(The data)
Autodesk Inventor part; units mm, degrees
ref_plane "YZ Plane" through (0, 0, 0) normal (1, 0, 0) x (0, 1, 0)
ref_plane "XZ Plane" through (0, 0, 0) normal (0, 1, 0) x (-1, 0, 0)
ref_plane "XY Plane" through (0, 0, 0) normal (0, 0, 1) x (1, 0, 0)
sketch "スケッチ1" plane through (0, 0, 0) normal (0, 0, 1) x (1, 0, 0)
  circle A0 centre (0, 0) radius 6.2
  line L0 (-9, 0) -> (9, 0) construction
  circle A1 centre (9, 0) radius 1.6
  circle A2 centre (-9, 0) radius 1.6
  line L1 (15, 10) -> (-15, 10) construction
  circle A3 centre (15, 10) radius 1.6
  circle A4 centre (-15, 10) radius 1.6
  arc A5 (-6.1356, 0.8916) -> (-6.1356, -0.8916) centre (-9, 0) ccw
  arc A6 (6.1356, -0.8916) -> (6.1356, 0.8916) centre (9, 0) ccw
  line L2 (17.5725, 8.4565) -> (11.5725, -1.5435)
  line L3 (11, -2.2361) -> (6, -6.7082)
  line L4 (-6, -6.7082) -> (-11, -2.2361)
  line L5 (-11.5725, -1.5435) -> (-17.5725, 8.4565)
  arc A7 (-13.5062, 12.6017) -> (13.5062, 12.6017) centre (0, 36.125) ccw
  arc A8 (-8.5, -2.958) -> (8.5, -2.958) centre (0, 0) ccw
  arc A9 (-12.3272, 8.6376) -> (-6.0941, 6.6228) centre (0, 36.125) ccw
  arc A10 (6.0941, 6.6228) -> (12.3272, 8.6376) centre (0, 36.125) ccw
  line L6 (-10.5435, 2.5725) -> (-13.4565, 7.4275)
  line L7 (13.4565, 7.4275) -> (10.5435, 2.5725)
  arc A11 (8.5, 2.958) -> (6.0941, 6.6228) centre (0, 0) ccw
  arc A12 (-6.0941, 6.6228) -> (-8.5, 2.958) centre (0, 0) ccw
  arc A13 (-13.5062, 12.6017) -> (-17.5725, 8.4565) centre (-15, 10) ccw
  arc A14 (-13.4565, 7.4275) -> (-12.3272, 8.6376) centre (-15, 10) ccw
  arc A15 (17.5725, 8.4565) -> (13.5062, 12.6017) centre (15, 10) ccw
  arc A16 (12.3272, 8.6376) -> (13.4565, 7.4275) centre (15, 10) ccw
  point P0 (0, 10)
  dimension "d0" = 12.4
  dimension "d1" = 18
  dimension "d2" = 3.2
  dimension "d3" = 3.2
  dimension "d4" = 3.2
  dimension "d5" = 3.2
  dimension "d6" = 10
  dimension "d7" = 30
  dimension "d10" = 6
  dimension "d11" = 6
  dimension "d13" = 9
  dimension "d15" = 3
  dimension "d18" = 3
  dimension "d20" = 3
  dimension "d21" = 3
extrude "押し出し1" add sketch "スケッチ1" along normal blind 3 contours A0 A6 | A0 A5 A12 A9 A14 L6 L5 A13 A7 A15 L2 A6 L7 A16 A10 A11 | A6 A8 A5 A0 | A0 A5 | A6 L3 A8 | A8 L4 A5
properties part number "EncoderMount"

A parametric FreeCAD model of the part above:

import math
import FreeCAD as App
import Part
import Sketcher
Q = App.Units.Quantity

doc = App.newDocument("Part")
params = doc.addObject("Spreadsheet::Sheet", "Params")
for row, (alias, value) in enumerate([
    ("sketch1_radius", "3 mm"),
    ("sketch1_radius2", "9 mm"),
    ("sketch1_diameter", "12.4 mm"),
    ("sketch1_diameter2", "3.2 mm"),
    ("pad1_length", "3 mm"),
], start=1):
    params.set(f"A{row}", alias)
    params.set(f"B{row}", "=" + value)
    params.setAlias(f"B{row}", alias)

body = doc.addObject("PartDesign::Body", "Body")

sketch1 = body.newObject("Sketcher::SketchObject", "Sketch")
sketch1.AttachmentSupport = (doc.getObject("XY_Plane"), [""])
sketch1.MapMode = "FlatFace"
sketch1.addGeometry([
    Part.ArcOfCircle(Part.Circle(App.Vector(9, 0, 0), App.Vector(0, 0, 1), 3), math.radians(-48.19), math.radians(-30.96)),
    Part.LineSegment(App.Vector(11.6, -1.5, 0), App.Vector(17.6, 8.5, 0)),
    Part.ArcOfCircle(Part.Circle(App.Vector(15, 10, 0), App.Vector(0, 0, 1), 3), math.radians(-31), math.radians(120)),
    Part.ArcOfCircle(Part.Circle(App.Vector(0, 36.1, 0), App.Vector(0, 0, 1), 27.1), math.radians(-120), math.radians(-60)),
    Part.ArcOfCircle(Part.Circle(App.Vector(-15, 10, 0), App.Vector(0, 0, 1), 3), math.radians(60), math.radians(211)),
    Part.LineSegment(App.Vector(-17.6, 8.5, 0), App.Vector(-11.6, -1.5, 0)),
    Part.ArcOfCircle(Part.Circle(App.Vector(-9, 0, 0), App.Vector(0, 0, 1), 3), math.radians(-149.04), math.radians(-131.81)),
    Part.LineSegment(App.Vector(-11, -2.2, 0), App.Vector(-6, -6.7, 0)),
    Part.ArcOfCircle(Part.Circle(App.Vector(0, 0, 0), App.Vector(0, 0, 1), 9), math.radians(-132), math.radians(-48)),
    Part.LineSegment(App.Vector(6, -6.7, 0), App.Vector(11, -2.2, 0)),
    Part.Circle(App.Vector(0, 0, 0), App.Vector(0, 0, 1), 6.2),
    Part.ArcOfCircle(Part.Circle(App.Vector(9, 0, 0), App.Vector(0, 0, 1), 3), math.radians(59), math.radians(100)),
    Part.ArcOfCircle(Part.Circle(App.Vector(0, 0, 0), App.Vector(0, 0, 1), 9), math.radians(19), math.radians(47)),
    Part.ArcOfCircle(Part.Circle(App.Vector(0, 36.1, 0), App.Vector(0, 0, 1), 30.1), math.radians(-78.33), math.radians(-65.84)),
    Part.ArcOfCircle(Part.Circle(App.Vector(15, 10, 0), App.Vector(0, 0, 1), 3), math.radians(-153), math.radians(-121)),
    Part.LineSegment(App.Vector(13.5, 7.4, 0), App.Vector(10.5, 2.6, 0)),
    Part.Circle(App.Vector(9, 0, 0), App.Vector(0, 0, 1), 1.6),
    Part.ArcOfCircle(Part.Circle(App.Vector(0, 0, 0), App.Vector(0, 0, 1), 9), math.radians(133), math.radians(161)),
    Part.ArcOfCircle(Part.Circle(App.Vector(-9, 0, 0), App.Vector(0, 0, 1), 3), math.radians(80), math.radians(121)),
    Part.LineSegment(App.Vector(-10.5, 2.6, 0), App.Vector(-13.5, 7.4, 0)),
    Part.ArcOfCircle(Part.Circle(App.Vector(-15, 10, 0), App.Vector(0, 0, 1), 3), math.radians(-59), math.radians(-27)),
    Part.ArcOfCircle(Part.Circle(App.Vector(0, 36.1, 0), App.Vector(0, 0, 1), 30.1), math.radians(-114.15), math.radians(-101.67)),
    Part.Circle(App.Vector(-15, 10, 0), App.Vector(0, 0, 1), 1.6),
    Part.Circle(App.Vector(15, 10, 0), App.Vector(0, 0, 1), 1.6),
    Part.Circle(App.Vector(-9, 0, 0), App.Vector(0, 0, 1), 1.6),
], False)
sketch1.addConstraint([
    Sketcher.Constraint("Tangent", 0, 2, 1, 1),
    Sketcher.Constraint("Tangent", 1, 2, 2, 1),
    Sketcher.Constraint("Tangent", 2, 2, 3, 2),
    Sketcher.Constraint("Tangent", 3, 1, 4, 1),
    Sketcher.Constraint("Tangent", 4, 2, 5, 1),
    Sketcher.Constraint("Tangent", 5, 2, 6, 1),
    Sketcher.Constraint("Tangent", 6, 2, 7, 1),
    Sketcher.Constraint("Tangent", 7, 2, 8, 1),
    Sketcher.Constraint("Tangent", 8, 2, 9, 1),
    Sketcher.Constraint("Tangent", 9, 2, 0, 1),
    Sketcher.Constraint("Coincident", 11, 2, 12, 1),
    Sketcher.Constraint("Coincident", 12, 2, 13, 1),
    Sketcher.Constraint("Coincident", 13, 2, 14, 1),
    Sketcher.Constraint("Coincident", 14, 2, 15, 1),
    Sketcher.Constraint("Coincident", 15, 2, 11, 1),
    Sketcher.Constraint("Coincident", 17, 2, 18, 1),
    Sketcher.Constraint("Coincident", 18, 2, 19, 1),
    Sketcher.Constraint("Coincident", 19, 2, 20, 1),
    Sketcher.Constraint("Coincident", 20, 2, 21, 1),
    Sketcher.Constraint("Coincident", 21, 2, 17, 1),
    Sketcher.Constraint("Coincident", 8, 3, -1, 1),
    Sketcher.Constraint("Coincident", 10, 3, -1, 1),
    Sketcher.Constraint("Coincident", 12, 3, -1, 1),
    Sketcher.Constraint("Coincident", 17, 3, -1, 1),
    Sketcher.Constraint("Coincident", 11, 3, 0, 3),
    Sketcher.Constraint("Coincident", 14, 3, 2, 3),
    Sketcher.Constraint("Coincident", 16, 3, 0, 3),
    Sketcher.Constraint("Coincident", 18, 3, 6, 3),
    Sketcher.Constraint("Coincident", 20, 3, 4, 3),
    Sketcher.Constraint("Coincident", 22, 3, 4, 3),
    Sketcher.Constraint("Coincident", 23, 3, 2, 3),
    Sketcher.Constraint("Coincident", 24, 3, 6, 3),
    Sketcher.Constraint("Equal", 0, 2),
    Sketcher.Constraint("Equal", 2, 4),
    Sketcher.Constraint("Equal", 4, 6),
    Sketcher.Constraint("Equal", 6, 11),
    Sketcher.Constraint("Equal", 8, 12),
    Sketcher.Constraint("Equal", 11, 14),
    Sketcher.Constraint("Equal", 12, 17),
    Sketcher.Constraint("Equal", 14, 18),
    Sketcher.Constraint("Equal", 18, 20),
    Sketcher.Constraint("Equal", 16, 22),
    Sketcher.Constraint("Equal", 22, 23),
    Sketcher.Constraint("Equal", 23, 24),
    Sketcher.Constraint("Symmetric", 0, 3, 6, 3, -1, 1),
    Sketcher.Constraint("Symmetric", 2, 3, 4, 3, -2),
    Sketcher.Constraint("Symmetric", 15, 2, 18, 2, -2),
    Sketcher.Constraint("Parallel", 1, 15),
    Sketcher.Constraint("Parallel", 5, 19),
    Sketcher.Constraint("Horizontal", 13, 2, 20, 2),
    Sketcher.Constraint("Horizontal", 12, 2, 21, 2),
    Sketcher.Constraint("Vertical", 13, 3, 21, 3),
    Sketcher.Constraint("Radius", 0, Q("3 mm")),
    Sketcher.Constraint("Radius", 8, Q("9 mm")),
    Sketcher.Constraint("Diameter", 10, Q("12.4 mm")),
    Sketcher.Constraint("Diameter", 16, Q("3.2 mm")),
    Sketcher.Constraint("DistanceX", -1, 1, 0, 3, Q("9 mm")),
    Sketcher.Constraint("DistanceY", -1, 1, 2, 3, Q("10 mm")),
    Sketcher.Constraint("DistanceX", 0, 3, 2, 3, Q("6 mm")),
    Sketcher.Constraint("Radius", 3, Q("27.125 mm")),
    Sketcher.Constraint("Radius", 13, Q("30.1239 mm")),
    Sketcher.Constraint("Radius", 21, Q("30.1262 mm")),
    Sketcher.Constraint("DistanceY", 14, 2, 13, 2, Q("1.21 mm")),
    Sketcher.Constraint("DistanceY", -1, 1, 21, 3, Q("36.126 mm")),
])
sketch1.setExpression("Constraints[52]", "Params.sketch1_radius")
sketch1.setExpression("Constraints[53]", "Params.sketch1_radius2")
sketch1.setExpression("Constraints[54]", "Params.sketch1_diameter")
sketch1.setExpression("Constraints[55]", "Params.sketch1_diameter2")
pad1 = body.newObject("PartDesign::Pad", "Pad")
pad1.Profile = sketch1
pad1.setExpression("Length", "Params.pad1_length")

doc.recompute()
(End The data)
Work request. Among the lines of the data, identify those with the word "through". Copy each of them.

Answer section.
ref_plane "YZ Plane" through (0, 0, 0) normal (1, 0, 0) x (0, 1, 0)
ref_plane "XZ Plane" through (0, 0, 0) normal (0, 1, 0) x (-1, 0, 0)
ref_plane "XY Plane" through (0, 0, 0) normal (0, 0, 1) x (1, 0, 0)
sketch "スケッチ1" plane through (0, 0, 0) normal (0, 0, 1) x (1, 0, 0)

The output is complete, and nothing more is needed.